Let \(\varPhi \) be an unsatisfiable Horn formula. We know that \(\varPhi \) has a read-once refutation [12]. The question whether \(\varPhi \) has a read-once resolution of length less than k is equivalent to the question whether \(\varPhi \) contains a minimal unsatisfiable formula consisting of at most k clauses.

Theorem 1

Let R denote an OLROR of an unsatisfiable Horn formula \(\varPhi \) and let \(\varPhi _R \subseteq \varPhi \) be the set of clauses used by R. R is also an optimal tree-like refutation of \(\varPhi \) and an optimal dag-like refutation of \(\varPhi \). Additionally, \(\varPhi _R\) is a minimum unsatisfiable subset of \(\varPhi \).

Proof

Since R is a read-once refutation of \(\varPhi \), R is also a tree-like and a dag-like refutation of \(\varPhi \).

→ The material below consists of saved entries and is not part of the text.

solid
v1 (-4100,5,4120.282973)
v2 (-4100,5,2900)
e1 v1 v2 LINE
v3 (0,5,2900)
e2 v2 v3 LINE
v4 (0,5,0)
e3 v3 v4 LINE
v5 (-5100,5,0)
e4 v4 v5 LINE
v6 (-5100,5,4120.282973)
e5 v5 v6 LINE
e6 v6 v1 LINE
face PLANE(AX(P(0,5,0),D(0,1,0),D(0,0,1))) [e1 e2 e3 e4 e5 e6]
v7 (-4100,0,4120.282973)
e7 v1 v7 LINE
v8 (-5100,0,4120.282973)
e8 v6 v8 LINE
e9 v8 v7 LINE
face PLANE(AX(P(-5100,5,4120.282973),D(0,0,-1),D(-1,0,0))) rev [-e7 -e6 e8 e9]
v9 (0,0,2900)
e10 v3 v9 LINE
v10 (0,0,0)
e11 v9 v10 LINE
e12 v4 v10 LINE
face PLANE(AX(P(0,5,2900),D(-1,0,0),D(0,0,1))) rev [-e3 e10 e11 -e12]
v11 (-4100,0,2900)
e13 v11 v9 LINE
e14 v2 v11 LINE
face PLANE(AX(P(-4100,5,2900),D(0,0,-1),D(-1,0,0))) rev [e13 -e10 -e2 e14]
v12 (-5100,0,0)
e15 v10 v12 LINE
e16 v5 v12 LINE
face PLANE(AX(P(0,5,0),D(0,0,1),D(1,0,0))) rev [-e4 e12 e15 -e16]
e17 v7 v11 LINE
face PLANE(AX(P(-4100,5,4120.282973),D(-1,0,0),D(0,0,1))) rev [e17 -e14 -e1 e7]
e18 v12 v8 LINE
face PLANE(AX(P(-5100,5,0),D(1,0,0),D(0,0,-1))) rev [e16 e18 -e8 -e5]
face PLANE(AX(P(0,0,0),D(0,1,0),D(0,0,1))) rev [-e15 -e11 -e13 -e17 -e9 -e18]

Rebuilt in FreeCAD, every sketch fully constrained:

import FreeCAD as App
import Part
import Sketcher
from FreeCAD import Vector
Q = App.Units.Quantity


def add_polygon(sketch, points):
    """Adds a closed chain of lines whose ends are joined by coincident constraints."""
    first, n = sketch.GeometryCount, len(points)
    for a, b in zip(points, points[1:] + points[:1]):
        sketch.addGeometry(Part.LineSegment(App.Vector(*a, 0), App.Vector(*b, 0)), False)
    for i in range(n):
        sketch.addConstraint(Sketcher.Constraint("Coincident", first + i, 2, first + (i + 1) % n, 1))

doc = App.newDocument("Part")
body = doc.addObject("PartDesign::Body", "Body")

sketch1 = body.newObject("Sketcher::SketchObject", "Sketch")
sketch1.AttachmentSupport = (doc.getObject("XZ_Plane"), [""])
sketch1.MapMode = "FlatFace"
add_polygon(sketch1, [(-4100, 4120.282973), (-4100, 2900), (0, 2900), (0, 0), (-5100, 0), (-5100, 4120.282973)])
sketch1.addConstraint([
    Sketcher.Constraint("Vertical", 0),
    Sketcher.Constraint("Horizontal", 1),
    Sketcher.Constraint("Vertical", 2),
    Sketcher.Constraint("Horizontal", 3),
    Sketcher.Constraint("Vertical", 4),
    Sketcher.Constraint("Horizontal", 5),
    Sketcher.Constraint("Coincident", 2, 2, -1, 1),
    Sketcher.Constraint("DistanceX", 1, 1, 1, 2, Q("4100 mm")),
    Sketcher.Constraint("DistanceX", 3, 2, 3, 1, Q("5100 mm")),
    Sketcher.Constraint("DistanceY", 2, 2, 2, 1, Q("2900 mm")),
    Sketcher.Constraint("DistanceY", 0, 2, 0, 1, Q("1220.282973 mm")),
])
pad1 = body.newObject("PartDesign::Pad", "Pad")
pad1.Profile = sketch1
pad1.Length = 5
pad1.Reversed = True

doc.recompute()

Assume that T is a tree like refutation of \(\varPhi \) such that \(|T| < |R|\). Let \(\varPhi _T \subseteq \varPhi \) be the set of clauses used by T. It follows that \(|\varPhi _T| \le |T|+1 < |R|+1\).

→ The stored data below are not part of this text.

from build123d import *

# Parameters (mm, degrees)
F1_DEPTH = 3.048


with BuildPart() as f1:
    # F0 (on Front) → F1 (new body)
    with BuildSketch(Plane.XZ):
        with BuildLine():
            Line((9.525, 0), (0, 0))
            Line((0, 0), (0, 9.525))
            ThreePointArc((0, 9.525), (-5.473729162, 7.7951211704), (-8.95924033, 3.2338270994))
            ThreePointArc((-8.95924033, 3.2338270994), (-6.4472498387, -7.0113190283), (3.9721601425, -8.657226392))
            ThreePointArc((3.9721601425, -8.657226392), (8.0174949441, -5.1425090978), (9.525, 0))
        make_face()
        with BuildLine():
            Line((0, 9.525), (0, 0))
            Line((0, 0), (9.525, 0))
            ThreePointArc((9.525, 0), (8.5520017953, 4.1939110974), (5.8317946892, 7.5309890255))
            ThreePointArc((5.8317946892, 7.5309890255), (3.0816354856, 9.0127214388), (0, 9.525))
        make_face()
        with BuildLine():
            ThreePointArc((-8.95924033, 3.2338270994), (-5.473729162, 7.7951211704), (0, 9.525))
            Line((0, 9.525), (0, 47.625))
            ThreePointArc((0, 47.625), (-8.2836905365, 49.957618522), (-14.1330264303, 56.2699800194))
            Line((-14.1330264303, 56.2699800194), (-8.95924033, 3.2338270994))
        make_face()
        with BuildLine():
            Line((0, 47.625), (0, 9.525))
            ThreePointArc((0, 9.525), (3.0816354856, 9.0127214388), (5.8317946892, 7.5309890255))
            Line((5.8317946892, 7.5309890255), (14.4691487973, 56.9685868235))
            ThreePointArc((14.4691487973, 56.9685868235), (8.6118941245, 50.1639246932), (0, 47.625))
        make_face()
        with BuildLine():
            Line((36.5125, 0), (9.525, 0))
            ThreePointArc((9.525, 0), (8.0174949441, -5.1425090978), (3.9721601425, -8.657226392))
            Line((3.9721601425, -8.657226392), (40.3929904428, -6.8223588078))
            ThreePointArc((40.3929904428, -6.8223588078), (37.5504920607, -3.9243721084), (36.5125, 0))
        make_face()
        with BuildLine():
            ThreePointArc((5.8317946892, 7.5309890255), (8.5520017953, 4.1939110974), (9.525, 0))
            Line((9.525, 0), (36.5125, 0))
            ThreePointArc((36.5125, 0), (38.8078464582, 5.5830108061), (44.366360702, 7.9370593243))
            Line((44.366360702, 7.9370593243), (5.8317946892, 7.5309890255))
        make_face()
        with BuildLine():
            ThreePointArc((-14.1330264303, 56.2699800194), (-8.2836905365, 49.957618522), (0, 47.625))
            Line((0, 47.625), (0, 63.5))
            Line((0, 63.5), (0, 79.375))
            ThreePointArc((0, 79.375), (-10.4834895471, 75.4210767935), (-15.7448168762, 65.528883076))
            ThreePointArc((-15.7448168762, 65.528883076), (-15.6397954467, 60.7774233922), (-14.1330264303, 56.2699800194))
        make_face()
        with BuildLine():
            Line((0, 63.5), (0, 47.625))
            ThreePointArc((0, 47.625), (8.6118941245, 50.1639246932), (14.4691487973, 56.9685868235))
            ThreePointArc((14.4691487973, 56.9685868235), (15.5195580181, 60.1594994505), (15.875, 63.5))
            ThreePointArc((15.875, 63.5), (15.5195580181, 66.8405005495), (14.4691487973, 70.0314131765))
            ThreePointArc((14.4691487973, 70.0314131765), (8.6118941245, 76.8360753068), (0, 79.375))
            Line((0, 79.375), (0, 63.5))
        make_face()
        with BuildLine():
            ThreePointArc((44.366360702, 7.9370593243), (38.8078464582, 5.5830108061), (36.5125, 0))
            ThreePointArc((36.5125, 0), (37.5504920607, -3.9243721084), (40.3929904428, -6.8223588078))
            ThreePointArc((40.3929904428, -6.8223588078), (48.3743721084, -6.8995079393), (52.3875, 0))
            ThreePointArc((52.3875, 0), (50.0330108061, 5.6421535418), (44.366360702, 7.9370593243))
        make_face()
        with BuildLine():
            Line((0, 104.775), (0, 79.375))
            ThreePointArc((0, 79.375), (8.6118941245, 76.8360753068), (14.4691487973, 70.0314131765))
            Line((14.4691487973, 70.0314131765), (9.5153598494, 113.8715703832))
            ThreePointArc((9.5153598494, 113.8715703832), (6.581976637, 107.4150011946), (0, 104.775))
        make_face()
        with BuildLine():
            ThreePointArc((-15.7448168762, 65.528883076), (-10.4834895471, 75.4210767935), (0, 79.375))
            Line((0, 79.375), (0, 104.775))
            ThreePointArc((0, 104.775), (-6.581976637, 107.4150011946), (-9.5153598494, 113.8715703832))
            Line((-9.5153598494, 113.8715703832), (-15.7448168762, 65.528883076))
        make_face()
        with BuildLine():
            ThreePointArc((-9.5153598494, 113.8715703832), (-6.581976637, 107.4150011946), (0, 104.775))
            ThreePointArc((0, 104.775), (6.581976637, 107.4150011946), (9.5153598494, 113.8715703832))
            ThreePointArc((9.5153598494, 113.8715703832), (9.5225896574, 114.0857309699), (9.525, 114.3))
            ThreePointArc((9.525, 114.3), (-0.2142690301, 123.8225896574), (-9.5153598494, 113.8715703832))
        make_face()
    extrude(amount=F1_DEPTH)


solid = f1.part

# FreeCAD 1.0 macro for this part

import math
import FreeCAD as App
import Part
import Sketcher
Q = App.Units.Quantity

doc = App.newDocument("Part")
body = doc.addObject("PartDesign::Body", "Body")

# Sketch on XZ plane
sketch1 = body.newObject("Sketcher::SketchObject", "Sketch")
sketch1.AttachmentSupport = (doc.getObject("XZ_Plane"), [""])
sketch1.MapMode = "FlatFace"
sketch1.addGeometry(Part.ArcOfCircle(Part.Circle(App.Vector(0, 0, 0), App.Vector(0, 0, 1), 9.525), math.radians(160.153013), math.radians(294.646886)), False)
sketch1.addGeometry(Part.LineSegment(App.Vector(3.97216, -8.657226, 0), App.Vector(40.39299, -6.822359, 0)), False)
sketch1.addGeometry(Part.ArcOfCircle(Part.Circle(App.Vector(44.45, 0, 0), App.Vector(0, 0, 1), 7.9375), math.radians(-120.738416), math.radians(0)), False)
sketch1.addGeometry(Part.ArcOfCircle(Part.Circle(App.Vector(44.45, 0, 0), App.Vector(0, 0, 1), 7.9375), math.radians(0), math.radians(90.60375)), False)
sketch1.addGeometry(Part.LineSegment(App.Vector(44.366361, 7.937059, 0), App.Vector(5.831795, 7.530989, 0)), False)
sketch1.addGeometry(Part.LineSegment(App.Vector(5.831795, 7.530989, 0), App.Vector(14.469149, 56.968587, 0)), False)
sketch1.addGeometry(Part.ArcOfCircle(Part.Circle(App.Vector(0, 63.5, 0), App.Vector(0, 0, 1), 15.875), math.radians(-24.294546), math.radians(0)), False)
sketch1.addGeometry(Part.ArcOfCircle(Part.Circle(App.Vector(0, 63.5, 0), App.Vector(0, 0, 1), 15.875), math.radians(0), math.radians(24.294546)), False)
sketch1.addGeometry(Part.LineSegment(App.Vector(14.469149, 70.031413, 0), App.Vector(9.51536, 113.87157, 0)), False)
sketch1.addGeometry(Part.ArcOfCircle(Part.Circle(App.Vector(0, 114.3, 0), App.Vector(0, 0, 1), 9.525), math.radians(-2.578005), math.radians(0)), False)
sketch1.addGeometry(Part.ArcOfCircle(Part.Circle(App.Vector(0, 114.3, 0), App.Vector(0, 0, 1), 9.525), math.radians(0), math.radians(182.578005)), False)
sketch1.addGeometry(Part.LineSegment(App.Vector(-9.51536, 113.87157, 0), App.Vector(-15.744817, 65.528883, 0)), False)
sketch1.addGeometry(Part.ArcOfCircle(Part.Circle(App.Vector(0, 63.5, 0), App.Vector(0, 0, 1), 15.875), math.radians(172.657307), math.radians(207.092883)), False)
sketch1.addGeometry(Part.LineSegment(App.Vector(-14.133026, 56.26998, 0), App.Vector(-8.95924, 3.233827, 0)), False)
sketch1.addConstraint(Sketcher.Constraint("Coincident", 0, 2, 1, 1))
sketch1.addConstraint(Sketcher.Constraint("Coincident", 1, 2, 2, 1))
sketch1.addConstraint(Sketcher.Constraint("Tangent", 2, 2, 3, 1))
sketch1.addConstraint(Sketcher.Constraint("Tangent", 3, 2, 4, 1))
sketch1.addConstraint(Sketcher.Constraint("Coincident", 4, 2, 5, 1))
sketch1.addConstraint(Sketcher.Constraint("Coincident", 5, 2, 6, 1))
sketch1.addConstraint(Sketcher.Constraint("Tangent", 6, 2, 7, 1))
sketch1.addConstraint(Sketcher.Constraint("Coincident", 7, 2, 8, 1))
sketch1.addConstraint(Sketcher.Constraint("Coincident", 8, 2, 9, 1))
sketch1.addConstraint(Sketcher.Constraint("Tangent", 9, 2, 10, 1))
sketch1.addConstraint(Sketcher.Constraint("Coincident", 10, 2, 11, 1))
sketch1.addConstraint(Sketcher.Constraint("Tangent", 11, 2, 12, 1))
sketch1.addConstraint(Sketcher.Constraint("Coincident", 12, 2, 13, 1))
sketch1.addConstraint(Sketcher.Constraint("Coincident", 13, 2, 0, 1))
sketch1.addConstraint(Sketcher.Constraint("Coincident", 0, 3, -1, 1))
sketch1.addConstraint(Sketcher.Constraint("Coincident", 12, 3, 6, 3))
sketch1.addConstraint(Sketcher.Constraint("Equal", 2, 3))
sketch1.addConstraint(Sketcher.Constraint("Equal", 6, 7))
sketch1.addConstraint(Sketcher.Constraint("Equal", 0, 9))
sketch1.addConstraint(Sketcher.Constraint("Equal", 9, 10))
sketch1.addConstraint(Sketcher.Constraint("Equal", 7, 12))
sketch1.addConstraint(Sketcher.Constraint("Symmetric", 8, 2, 10, 2, -2))
sketch1.addConstraint(Sketcher.Constraint("PointOnObject", 2, 3, -1))
sketch1.addConstraint(Sketcher.Constraint("PointOnObject", 6, 3, -2))
sketch1.addConstraint(Sketcher.Constraint("PointOnObject", 2, 2, -1))
sketch1.addConstraint(Sketcher.Constraint("Horizontal", 12, 3, 6, 2))
sketch1.addConstraint(Sketcher.Constraint("Horizontal", 10, 3, 9, 2))
sketch1.addConstraint(Sketcher.Constraint("Vertical", 5, 2, 7, 2))
sketch1.addConstraint(Sketcher.Constraint("Radius", 0, Q("0.375 in")))
sketch1.addConstraint(Sketcher.Constraint("Radius", 2, Q("0.3125 in")))
sketch1.addConstraint(Sketcher.Constraint("Radius", 6, Q("0.625 in")))
sketch1.addConstraint(Sketcher.Constraint("DistanceY", 6, 3, 9, 3, Q("2 in")))
sketch1.addConstraint(Sketcher.Constraint("DistanceY", -1, 1, 6, 3, Q("2.5 in")))
sketch1.addConstraint(Sketcher.Constraint("DistanceX", -1, 1, 2, 3, Q("1.75 in")))
sketch1.addConstraint(Sketcher.Constraint("Distance", 11, Q("48.7424 mm")))
sketch1.addConstraint(Sketcher.Constraint("DistanceX", 0, 2, 3, 2, Q("40.394201 mm")))
sketch1.addConstraint(Sketcher.Constraint("DistanceX", 13, 2, 0, 2, Q("12.9314 mm")))
sketch1.addConstraint(Sketcher.Constraint("Distance", 1, Q("36.467021 mm")))
sketch1.addConstraint(Sketcher.Constraint("Distance", 5, Q("50.186452 mm")))
sketch1.addConstraint(Sketcher.Constraint("Distance", 8, Q("44.11915 mm")))
sketch1.addConstraint(Sketcher.Constraint("DistanceX", -1, 1, 0, 2, Q("3.97216 mm")))
sketch1.addConstraint(Sketcher.Constraint("DistanceY", -1, 1, 12, 2, Q("56.26998 mm")))
pad1 = body.newObject("PartDesign::Pad", "Pad")
pad1.Profile = sketch1
pad1.Length = Q("0.12 in")

doc.recompute()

\(\varPhi _T\) must have a read-once refutation, \(R_T\) [12]. However, \(|R_T| \le |\varPhi _T|-1 < |R|\). This contradicts the fact that R is the optimal read-once refutation of \(\varPhi \). Thus, R is also an optimal tree-like refutation of \(\varPhi \). Similarly, R is an optimal dag-like refutation of \(\varPhi \).

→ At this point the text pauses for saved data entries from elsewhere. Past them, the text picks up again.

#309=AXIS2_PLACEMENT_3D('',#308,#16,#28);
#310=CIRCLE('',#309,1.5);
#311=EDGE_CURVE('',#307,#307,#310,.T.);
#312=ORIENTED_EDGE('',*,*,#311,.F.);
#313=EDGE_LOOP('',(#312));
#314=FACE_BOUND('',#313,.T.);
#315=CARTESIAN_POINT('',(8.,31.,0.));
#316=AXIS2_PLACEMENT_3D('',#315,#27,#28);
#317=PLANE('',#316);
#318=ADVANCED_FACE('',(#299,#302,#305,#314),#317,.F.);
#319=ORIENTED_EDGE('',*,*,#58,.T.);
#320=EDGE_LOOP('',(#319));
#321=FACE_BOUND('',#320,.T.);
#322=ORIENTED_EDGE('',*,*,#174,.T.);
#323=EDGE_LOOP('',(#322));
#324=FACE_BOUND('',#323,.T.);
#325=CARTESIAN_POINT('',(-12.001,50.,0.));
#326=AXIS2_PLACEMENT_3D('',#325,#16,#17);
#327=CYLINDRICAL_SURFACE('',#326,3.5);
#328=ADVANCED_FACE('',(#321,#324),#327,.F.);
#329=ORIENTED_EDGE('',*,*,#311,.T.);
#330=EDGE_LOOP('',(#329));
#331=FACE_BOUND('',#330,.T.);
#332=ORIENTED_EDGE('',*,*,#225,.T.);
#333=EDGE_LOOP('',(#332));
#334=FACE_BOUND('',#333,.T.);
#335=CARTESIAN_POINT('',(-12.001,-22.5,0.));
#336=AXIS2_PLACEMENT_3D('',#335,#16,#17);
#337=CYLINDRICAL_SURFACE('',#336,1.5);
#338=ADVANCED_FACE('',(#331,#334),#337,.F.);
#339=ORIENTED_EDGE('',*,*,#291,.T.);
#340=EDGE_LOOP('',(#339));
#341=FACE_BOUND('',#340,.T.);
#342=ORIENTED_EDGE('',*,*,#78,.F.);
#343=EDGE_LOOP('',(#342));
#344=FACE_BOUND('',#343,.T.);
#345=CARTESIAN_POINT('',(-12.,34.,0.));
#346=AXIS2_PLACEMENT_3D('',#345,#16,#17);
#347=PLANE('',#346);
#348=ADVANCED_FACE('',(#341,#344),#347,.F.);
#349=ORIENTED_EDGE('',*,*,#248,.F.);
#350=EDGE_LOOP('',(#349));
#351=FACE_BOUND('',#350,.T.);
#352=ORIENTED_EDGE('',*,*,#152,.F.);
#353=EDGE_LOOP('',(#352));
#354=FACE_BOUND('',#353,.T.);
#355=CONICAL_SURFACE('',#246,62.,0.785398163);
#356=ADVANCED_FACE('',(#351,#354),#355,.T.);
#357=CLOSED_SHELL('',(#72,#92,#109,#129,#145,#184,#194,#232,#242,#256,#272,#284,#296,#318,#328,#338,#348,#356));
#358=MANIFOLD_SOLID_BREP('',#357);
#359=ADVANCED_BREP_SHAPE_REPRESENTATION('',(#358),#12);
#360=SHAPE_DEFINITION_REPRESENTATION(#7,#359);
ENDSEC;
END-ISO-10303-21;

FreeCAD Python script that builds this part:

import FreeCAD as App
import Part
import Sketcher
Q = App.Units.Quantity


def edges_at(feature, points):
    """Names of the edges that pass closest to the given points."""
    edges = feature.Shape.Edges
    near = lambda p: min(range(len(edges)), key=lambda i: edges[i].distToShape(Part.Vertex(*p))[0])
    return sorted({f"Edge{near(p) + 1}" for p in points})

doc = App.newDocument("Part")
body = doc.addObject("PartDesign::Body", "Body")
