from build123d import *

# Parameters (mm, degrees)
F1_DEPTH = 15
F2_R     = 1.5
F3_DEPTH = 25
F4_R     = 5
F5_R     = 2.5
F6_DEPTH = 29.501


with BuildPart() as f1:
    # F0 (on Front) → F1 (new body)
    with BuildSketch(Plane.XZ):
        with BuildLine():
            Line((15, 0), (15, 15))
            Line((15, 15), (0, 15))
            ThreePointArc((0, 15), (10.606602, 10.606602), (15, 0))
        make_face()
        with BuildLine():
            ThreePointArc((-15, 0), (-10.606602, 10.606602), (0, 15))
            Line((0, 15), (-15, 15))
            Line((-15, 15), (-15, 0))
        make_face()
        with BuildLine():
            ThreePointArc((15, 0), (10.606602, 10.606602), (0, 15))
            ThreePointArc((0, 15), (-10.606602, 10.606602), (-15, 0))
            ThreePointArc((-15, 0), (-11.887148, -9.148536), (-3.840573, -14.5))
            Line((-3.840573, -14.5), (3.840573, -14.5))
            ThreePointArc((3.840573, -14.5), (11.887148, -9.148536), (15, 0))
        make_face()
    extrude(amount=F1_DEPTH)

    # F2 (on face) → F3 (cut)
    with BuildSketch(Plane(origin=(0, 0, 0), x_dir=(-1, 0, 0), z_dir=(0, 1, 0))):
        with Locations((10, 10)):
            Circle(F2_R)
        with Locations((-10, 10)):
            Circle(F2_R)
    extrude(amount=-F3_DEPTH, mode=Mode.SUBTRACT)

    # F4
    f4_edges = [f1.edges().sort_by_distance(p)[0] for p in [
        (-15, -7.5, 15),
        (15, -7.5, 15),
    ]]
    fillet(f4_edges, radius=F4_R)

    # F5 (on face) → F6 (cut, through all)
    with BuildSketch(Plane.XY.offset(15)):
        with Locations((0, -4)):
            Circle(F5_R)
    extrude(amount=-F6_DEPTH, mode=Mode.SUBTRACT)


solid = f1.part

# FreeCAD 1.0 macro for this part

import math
import FreeCAD as App
import Part
import Sketcher


def edges_at(feature, points):
    """Names of the edges that pass closest to the given points."""
    edges = feature.Shape.Edges
    near = lambda p: min(range(len(edges)), key=lambda i: edges[i].distToShape(Part.Vertex(*p))[0])
    return sorted({f"Edge{near(p) + 1}" for p in points})

doc = App.newDocument("Part")
body = doc.addObject("PartDesign::Body", "Body")

sketch1 = body.newObject("Sketcher::SketchObject", "Sketch")
sketch1.AttachmentSupport = (doc.getObject("XZ_Plane"), [""])
sketch1.MapMode = "FlatFace"
sketch1.addGeometry([
    Part.LineSegment(App.Vector(15, 0, 0), App.Vector(15, 15, 0)),
    Part.LineSegment(App.Vector(15, 15, 0), App.Vector(-15, 15, 0)),
    Part.LineSegment(App.Vector(-15, 15, 0), App.Vector(-15, 0, 0)),
    Part.ArcOfCircle(Part.Circle(App.Vector(0, 0, 0), App.Vector(0, 0, 1), 15), math.radians(-180), math.radians(-105)),
    Part.LineSegment(App.Vector(-4, -14, 0), App.Vector(4, -14, 0)),
    Part.ArcOfCircle(Part.Circle(App.Vector(0, 0, 0), App.Vector(0, 0, 1), 15), math.radians(-75), math.radians(0)),
], False)
sketch1.addConstraint([
    Sketcher.Constraint("Coincident", 0, 2, 1, 1),
    Sketcher.Constraint("Coincident", 1, 2, 2, 1),
    Sketcher.Constraint("Tangent", 2, 2, 3, 1),
    Sketcher.Constraint("Coincident", 3, 2, 4, 1),
    Sketcher.Constraint("Coincident", 4, 2, 5, 1),
    Sketcher.Constraint("Tangent", 5, 2, 0, 1),
    Sketcher.Constraint("Vertical", 0),
    Sketcher.Constraint("Horizontal", 1),
    Sketcher.Constraint("Vertical", 2),
    Sketcher.Constraint("Horizontal", 4),
    Sketcher.Constraint("Coincident", 3, 3, -1, 1),
    Sketcher.Constraint("Coincident", 5, 3, -1, 1),
    Sketcher.Constraint("Equal", 3, 5),
    Sketcher.Constraint("Radius", 3, 15.0),
    Sketcher.Constraint("DistanceY", 0, 1, 0, 2, 15.0),
    Sketcher.Constraint("DistanceY", 3, 2, -1, 1, 14.5),
])
pad1 = body.newObject("PartDesign::Pad", "Pad")
pad1.Profile = sketch1
pad1.Length = 15

sketch2 = body.newObject("Sketcher::SketchObject", "Sketch001")
sketch2.AttachmentSupport = (doc.getObject("XZ_Plane"), [""])
sketch2.MapMode = "FlatFace"
sketch2.addGeometry([
    Part.Circle(App.Vector(-10, 10, 0), App.Vector(0, 0, 1), 1.5),
    Part.Circle(App.Vector(10, 10, 0), App.Vector(0, 0, 1), 1.5),
], False)
sketch2.addConstraint([
    Sketcher.Constraint("Equal", 0, 1),
    Sketcher.Constraint("Symmetric", 0, 3, 1, 3, -2),
    Sketcher.Constraint("Diameter", 0, 3.0),
    Sketcher.Constraint("DistanceX", 0, 3, -1, 1, 10.0),
    Sketcher.Constraint("DistanceY", -1, 1, 0, 3, 10.0),
])
pocket1 = body.newObject("PartDesign::Pocket", "Pocket")
pocket1.Profile = sketch2
pocket1.Length = 25
pocket1.Reversed = True
doc.recompute()

fillet = body.newObject("PartDesign::Fillet", "Fillet")
fillet.Base = (pocket1, edges_at(pocket1, [(-15, -7.5, 15), (15, -7.5, 15)]))
fillet.Radius = 5

sketch3 = body.newObject("Sketcher::SketchObject", "Sketch002")
sketch3.AttachmentSupport = (doc.getObject("XY_Plane"), [""])
sketch3.MapMode = "FlatFace"
sketch3.AttachmentOffset = App.Placement(App.Vector(0, 0, 15), App.Rotation())
sketch3.addGeometry(Part.Circle(App.Vector(0, -4, 0), App.Vector(0, 0, 1), 2.5), False)
sketch3.addConstraint([
    Sketcher.Constraint("PointOnObject", 0, 3, -2),
    Sketcher.Constraint("Diameter", 0, 5.0),
    Sketcher.Constraint("DistanceY", 0, 3, -1, 1, 4.0),
])
pocket2 = body.newObject("PartDesign::Pocket", "Pocket001")
pocket2.Profile = sketch3
pocket2.Type = "ThroughAll"

doc.recompute()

Let \(\varPhi ' \subseteq \varPhi \) be an unsatisfiable Horn formula such that \(|\varPhi '| < |\varPhi _R|\). \(\varPhi '\) must have a read-once refutation, \(R'\). However, \(|R'| \le |\varPhi '|-1 < |\varPhi _R|-1 = |R|\). This contradicts the fact that R is the optimal read-once refutation of \(\varPhi \). Thus, \(\varPhi _R\) is a minimum unsatisfiable subset of R.    \(\square \)

We conclude that, for unsatisfiable Horn formulas, the length of the shortest resolution refutation equals the length of the shortest read-once refutation and the shortest tree-like resolution. Moreover, if k is the number of clauses of a minimal unsatisfiable subformula, then the shortest resolution refutation uses \((k-1)\) resolution steps.

The following result is a corollary of Theorem 5.2 in [7]. However, it is included here for completeness.

Theorem 2

The problem of deciding whether a Horn formula contains an unsatisfiable sub-formula with at most k clauses is NP-complete.

Proof

We show this by a reduction from Vertex Cover. Let \(G=(V,E)\) be an undirected graph where \(V=\{v_1, \ldots , v_n\}\) and \(E=\{e_1, \ldots , e_m\}\). We associate with G the Horn formula:

$$\begin{aligned} (v_1) \wedge \ldots \wedge (v_n) \wedge (\lnot e_1\vee \ldots \vee \lnot e_m) \wedge \bigwedge _{1 \le i \le m, e_i =(v_{i_1}, v_{i_2})} ((\lnot v_{i_1} \vee e_i) \wedge (\lnot v_{i_2} \vee e_i)) \end{aligned}$$

Then there exists a subset \(V' \subseteq V\) such that \(|V'| \le r\) and \(V' \cap e_i\) is non-empty for every \(1 \le i \le m\) if and only if the associated formula contains an unsatisfiable sub-formula with at most \((1 + m + r)\) clauses. (the negative clause, the clause \((\lnot v \vee e_i)\) for each \(1 \le i \le m\), and r unit clauses).

Since the problem of finding a vertex cover of size at most r is NP-complete, the problem of finding a read-once resolution refutation of length at most \(k=(1+m+r)\) is NP-complete for Horn formulas.    \(\square \)

4 The UROR Problem for 2-Horn Formulas

In this section, we look at the UROR problem for 2-Horn formulas. In particular, we show that checking whether a 2-Horn formula has a unit read-once refutation is in P.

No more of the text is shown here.